La première charge de Sansal contre l’islamisme en Algérie au XXe siècle ouvre les yeux sur le passé du terrorisme et son ampleur. Il ne cesse de le dénoncer, de L’enfant fou de l’arbre creux à 2084. Avec un dynamisme époustouflant, une ironie incisive, ce premier roman rend avec force les ambiances urbaines et les misères humaines, l’attachement à un pays qui s’enfonce dans les cercles de l’enfer, où le malheur guette ceux qui veulent rétablir la justice et la paix.

Commentaires

  • Fille d'une pied noir, ayant vécu moi- même dans les années 70 -80 en Algérie, je préfère ne rien dire de ce pays....Mais je t'ai lue, ô combien!

  • Un sujet sensible, je le comprends bien. Moi qui ne suis jamais allée dans ce pays, j'ai vu dans ce roman les très claires prémisses d'un fléau qui s'est élargi au monde entier. Merci, Anne.

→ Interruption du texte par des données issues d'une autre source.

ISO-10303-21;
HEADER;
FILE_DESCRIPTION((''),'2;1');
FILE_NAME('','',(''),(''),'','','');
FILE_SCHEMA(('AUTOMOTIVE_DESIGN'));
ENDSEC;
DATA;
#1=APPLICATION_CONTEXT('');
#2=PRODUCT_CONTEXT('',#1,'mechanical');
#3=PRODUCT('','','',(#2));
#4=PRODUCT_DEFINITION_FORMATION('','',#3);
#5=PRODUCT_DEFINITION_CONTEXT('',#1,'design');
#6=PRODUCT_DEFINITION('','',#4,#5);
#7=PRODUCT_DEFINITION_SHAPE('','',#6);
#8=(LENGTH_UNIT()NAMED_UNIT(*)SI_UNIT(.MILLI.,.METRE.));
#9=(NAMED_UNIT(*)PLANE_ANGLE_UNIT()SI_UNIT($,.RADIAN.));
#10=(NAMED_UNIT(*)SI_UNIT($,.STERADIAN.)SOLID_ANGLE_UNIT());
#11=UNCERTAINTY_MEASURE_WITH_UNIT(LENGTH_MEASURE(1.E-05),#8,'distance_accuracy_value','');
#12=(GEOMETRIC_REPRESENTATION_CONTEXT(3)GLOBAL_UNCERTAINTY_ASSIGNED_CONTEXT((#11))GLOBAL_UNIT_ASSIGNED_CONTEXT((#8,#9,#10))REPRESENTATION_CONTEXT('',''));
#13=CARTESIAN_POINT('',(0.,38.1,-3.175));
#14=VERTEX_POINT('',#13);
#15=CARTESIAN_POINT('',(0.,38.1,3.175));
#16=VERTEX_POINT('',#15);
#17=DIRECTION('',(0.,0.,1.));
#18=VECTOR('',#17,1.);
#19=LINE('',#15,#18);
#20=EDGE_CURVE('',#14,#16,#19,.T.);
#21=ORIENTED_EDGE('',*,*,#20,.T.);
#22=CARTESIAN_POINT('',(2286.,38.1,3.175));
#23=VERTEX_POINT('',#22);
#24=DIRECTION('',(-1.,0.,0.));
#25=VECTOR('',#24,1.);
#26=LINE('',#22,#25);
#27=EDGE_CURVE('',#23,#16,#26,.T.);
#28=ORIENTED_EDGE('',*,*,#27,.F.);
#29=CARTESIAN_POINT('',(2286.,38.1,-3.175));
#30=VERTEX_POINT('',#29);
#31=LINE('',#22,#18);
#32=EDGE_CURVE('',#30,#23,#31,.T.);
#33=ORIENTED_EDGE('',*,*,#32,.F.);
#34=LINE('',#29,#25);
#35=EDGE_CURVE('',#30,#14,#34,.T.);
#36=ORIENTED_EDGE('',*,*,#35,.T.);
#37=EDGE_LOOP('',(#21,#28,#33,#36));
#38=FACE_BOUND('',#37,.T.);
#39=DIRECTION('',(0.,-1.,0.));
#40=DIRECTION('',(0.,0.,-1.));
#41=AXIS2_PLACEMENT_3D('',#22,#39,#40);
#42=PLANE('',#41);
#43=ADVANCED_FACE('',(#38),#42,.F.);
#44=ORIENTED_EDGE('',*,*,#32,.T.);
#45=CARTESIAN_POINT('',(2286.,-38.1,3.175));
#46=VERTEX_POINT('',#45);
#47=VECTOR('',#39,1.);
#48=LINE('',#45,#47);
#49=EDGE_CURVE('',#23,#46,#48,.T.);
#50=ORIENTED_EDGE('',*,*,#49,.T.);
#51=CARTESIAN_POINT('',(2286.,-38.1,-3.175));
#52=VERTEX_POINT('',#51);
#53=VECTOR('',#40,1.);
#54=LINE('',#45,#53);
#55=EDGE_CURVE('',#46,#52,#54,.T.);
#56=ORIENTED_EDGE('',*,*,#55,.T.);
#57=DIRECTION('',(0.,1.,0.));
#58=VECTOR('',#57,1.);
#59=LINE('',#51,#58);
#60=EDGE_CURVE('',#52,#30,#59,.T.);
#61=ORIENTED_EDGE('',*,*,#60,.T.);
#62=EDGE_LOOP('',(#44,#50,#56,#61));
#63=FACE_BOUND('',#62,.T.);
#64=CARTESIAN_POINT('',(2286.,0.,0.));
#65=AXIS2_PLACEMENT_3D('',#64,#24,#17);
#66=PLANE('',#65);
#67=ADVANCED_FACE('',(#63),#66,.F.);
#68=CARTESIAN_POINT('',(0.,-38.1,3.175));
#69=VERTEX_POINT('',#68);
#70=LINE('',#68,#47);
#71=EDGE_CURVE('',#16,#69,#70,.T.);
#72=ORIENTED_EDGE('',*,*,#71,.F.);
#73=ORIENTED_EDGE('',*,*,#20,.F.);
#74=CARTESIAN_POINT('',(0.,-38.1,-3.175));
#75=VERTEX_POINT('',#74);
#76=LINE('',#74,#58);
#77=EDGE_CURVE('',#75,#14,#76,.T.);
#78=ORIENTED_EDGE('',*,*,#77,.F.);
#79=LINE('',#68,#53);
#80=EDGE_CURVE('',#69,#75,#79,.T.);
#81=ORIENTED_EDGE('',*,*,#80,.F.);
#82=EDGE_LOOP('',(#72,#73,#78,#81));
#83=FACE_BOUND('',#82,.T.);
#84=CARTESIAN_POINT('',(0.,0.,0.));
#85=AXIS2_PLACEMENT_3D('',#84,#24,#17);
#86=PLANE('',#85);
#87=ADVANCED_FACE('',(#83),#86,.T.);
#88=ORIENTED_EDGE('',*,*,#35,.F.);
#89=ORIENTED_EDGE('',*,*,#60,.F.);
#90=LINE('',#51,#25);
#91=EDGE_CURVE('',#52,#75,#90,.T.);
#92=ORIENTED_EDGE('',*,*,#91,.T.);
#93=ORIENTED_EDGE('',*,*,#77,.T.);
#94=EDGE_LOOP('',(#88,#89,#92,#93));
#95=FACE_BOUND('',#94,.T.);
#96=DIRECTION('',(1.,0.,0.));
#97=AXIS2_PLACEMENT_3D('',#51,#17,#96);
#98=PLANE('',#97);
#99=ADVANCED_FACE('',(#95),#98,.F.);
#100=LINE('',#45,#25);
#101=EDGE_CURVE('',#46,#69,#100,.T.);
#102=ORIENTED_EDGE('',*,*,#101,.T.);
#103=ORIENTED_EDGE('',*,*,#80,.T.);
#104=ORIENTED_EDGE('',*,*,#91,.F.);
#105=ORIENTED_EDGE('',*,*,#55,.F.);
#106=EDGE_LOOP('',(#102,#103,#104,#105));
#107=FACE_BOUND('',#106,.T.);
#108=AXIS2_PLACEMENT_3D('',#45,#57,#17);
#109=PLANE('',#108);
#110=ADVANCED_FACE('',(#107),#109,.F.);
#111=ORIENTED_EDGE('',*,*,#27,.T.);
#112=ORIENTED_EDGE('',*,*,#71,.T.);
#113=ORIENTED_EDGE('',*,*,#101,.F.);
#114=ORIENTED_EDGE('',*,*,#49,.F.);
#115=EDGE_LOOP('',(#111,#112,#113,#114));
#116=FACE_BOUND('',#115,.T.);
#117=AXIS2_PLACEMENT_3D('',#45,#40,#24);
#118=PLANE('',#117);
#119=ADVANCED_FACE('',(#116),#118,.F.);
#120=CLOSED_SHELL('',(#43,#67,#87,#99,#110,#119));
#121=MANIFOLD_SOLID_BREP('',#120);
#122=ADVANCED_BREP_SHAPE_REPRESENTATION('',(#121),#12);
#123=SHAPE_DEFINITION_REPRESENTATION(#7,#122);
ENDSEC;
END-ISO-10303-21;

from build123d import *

# Parameters (mm, degrees)
SKETCH1_W           = 6.35
SKETCH1_H           = 76.2
BOSS_EXTRUDE1_DEPTH = 2286


with BuildPart() as part:
    # Sketch1 → Boss-Extrude1 (new body)
    with BuildSketch(Plane(origin=(0, 0, 0), x_dir=(0, 0, -1), z_dir=(1, 0, 0))):
        Rectangle(SKETCH1_W, SKETCH1_H)
    extrude(amount=BOSS_EXTRUDE1_DEPTH)


solid = part.part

  • Je l'ai vu quelques fois à la télévision et j'ai toujours apprécié ses interventions. J'admire son audace à parler vrai dans son propre pays où c'est si risqué, son grand courage.

  • L'écriture de ce livre que tu présentes en détail et avec talent semble magistrale.
    Et comme tu le dis, tout éclairage venu du passé sur l'état actuel de notre monde est extrêmement intéressant. S'il pouvait nous permettre de mieux comprendre et de trouver des solutions....
    Merci Tania pour ton partage ! Bises.

  • Ah oui, ce n'est pas un reportage, c'est un texte d'écrivain plein de souffle, tu as compris que je recommande la lecture de ce roman.

  • Je n'ai pas lu cet auteur, j'espère le faire un jour, même si je sais que ça peut être difficile, en raison de la violence permanente.

  • Ce n'est pas un long fleuve tranquille, plutôt une rivière en crue, et la force du style, la liberté de ton emportent le lecteur - c'est ce que j'ai ressenti en tout cas.

  • Il est rare d'entendre des voix de ce pays, si nécessaires pourtant.
    Ton dernier paragraphe " Avec un dynamisme époustouflant, une ironie incisive, ce premier roman rend avec force les ambiances urbaines et les misères humaines, l’attachement à un pays qui s’enfonce dans les cercles de l’enfer.." me pousse bien entendu à le lire, et sans tarder.

    Je voulais, sur ce sujet, recommander vivement le film "Les Bienheureux",de Sofia Djama qui est sorti en 2017. À travers ce film on comprend tant de choses sur les gens de différentes générations, sur les jeune, les interdits et l'ennui, la situation.

  • Je serai heureuse de connaître ton avis, Je n'en ai pas fini avec ce recueil de Sansal, j'y reviendrai, bien sûr. Merci de citer ce film, Colo, je viens de regarder la bande-annonce et j'aimerais beaucoup le voir : https://www.allocine.fr/video/player_gen_cmedia=19575338&cfilm=257716.html

  • Une belle édition pour un grand auteur. J'avais été impressionnée par 2024. As-tu lu Harraga ? Cette lecture m'a bouleversée.

  • Non, je n'ai lu que les deux titres présentés sur ce blog. Je suis allée voir tes deux billets sur Boualem Sansal que je vais continuer à lire, certainement. Je les indique ici pour info : http://www.lireetmerveilles.fr/search/site/?q=sansal

  • Merci pour ce titre que je ne connaissais pas.

  • c'est un folio à 2 euro et ça retrace tout un pan d'histoire de l'Afrique du Nord

  • je l'ai très peu lu mais ton billet le rend vraiment très attrayant ce qui me manque en ce moment ce n'est pas le temps mais plutôt l'envie

  • Elle reviendra, c'est sûr, et les livres nous font pour la plupart la grâce de nous attendre ;-).

  • Ce sont des sujets de lectures trop difficiles pour moi mais j'admire infiniment le courage de cet écrivain !!! Merci Tania, beau week end. brigitte

  • Bonne soirée & beau dimanche, Brigitte, du temps pour refaire de grandes balades, je m'en réjouis pour toi.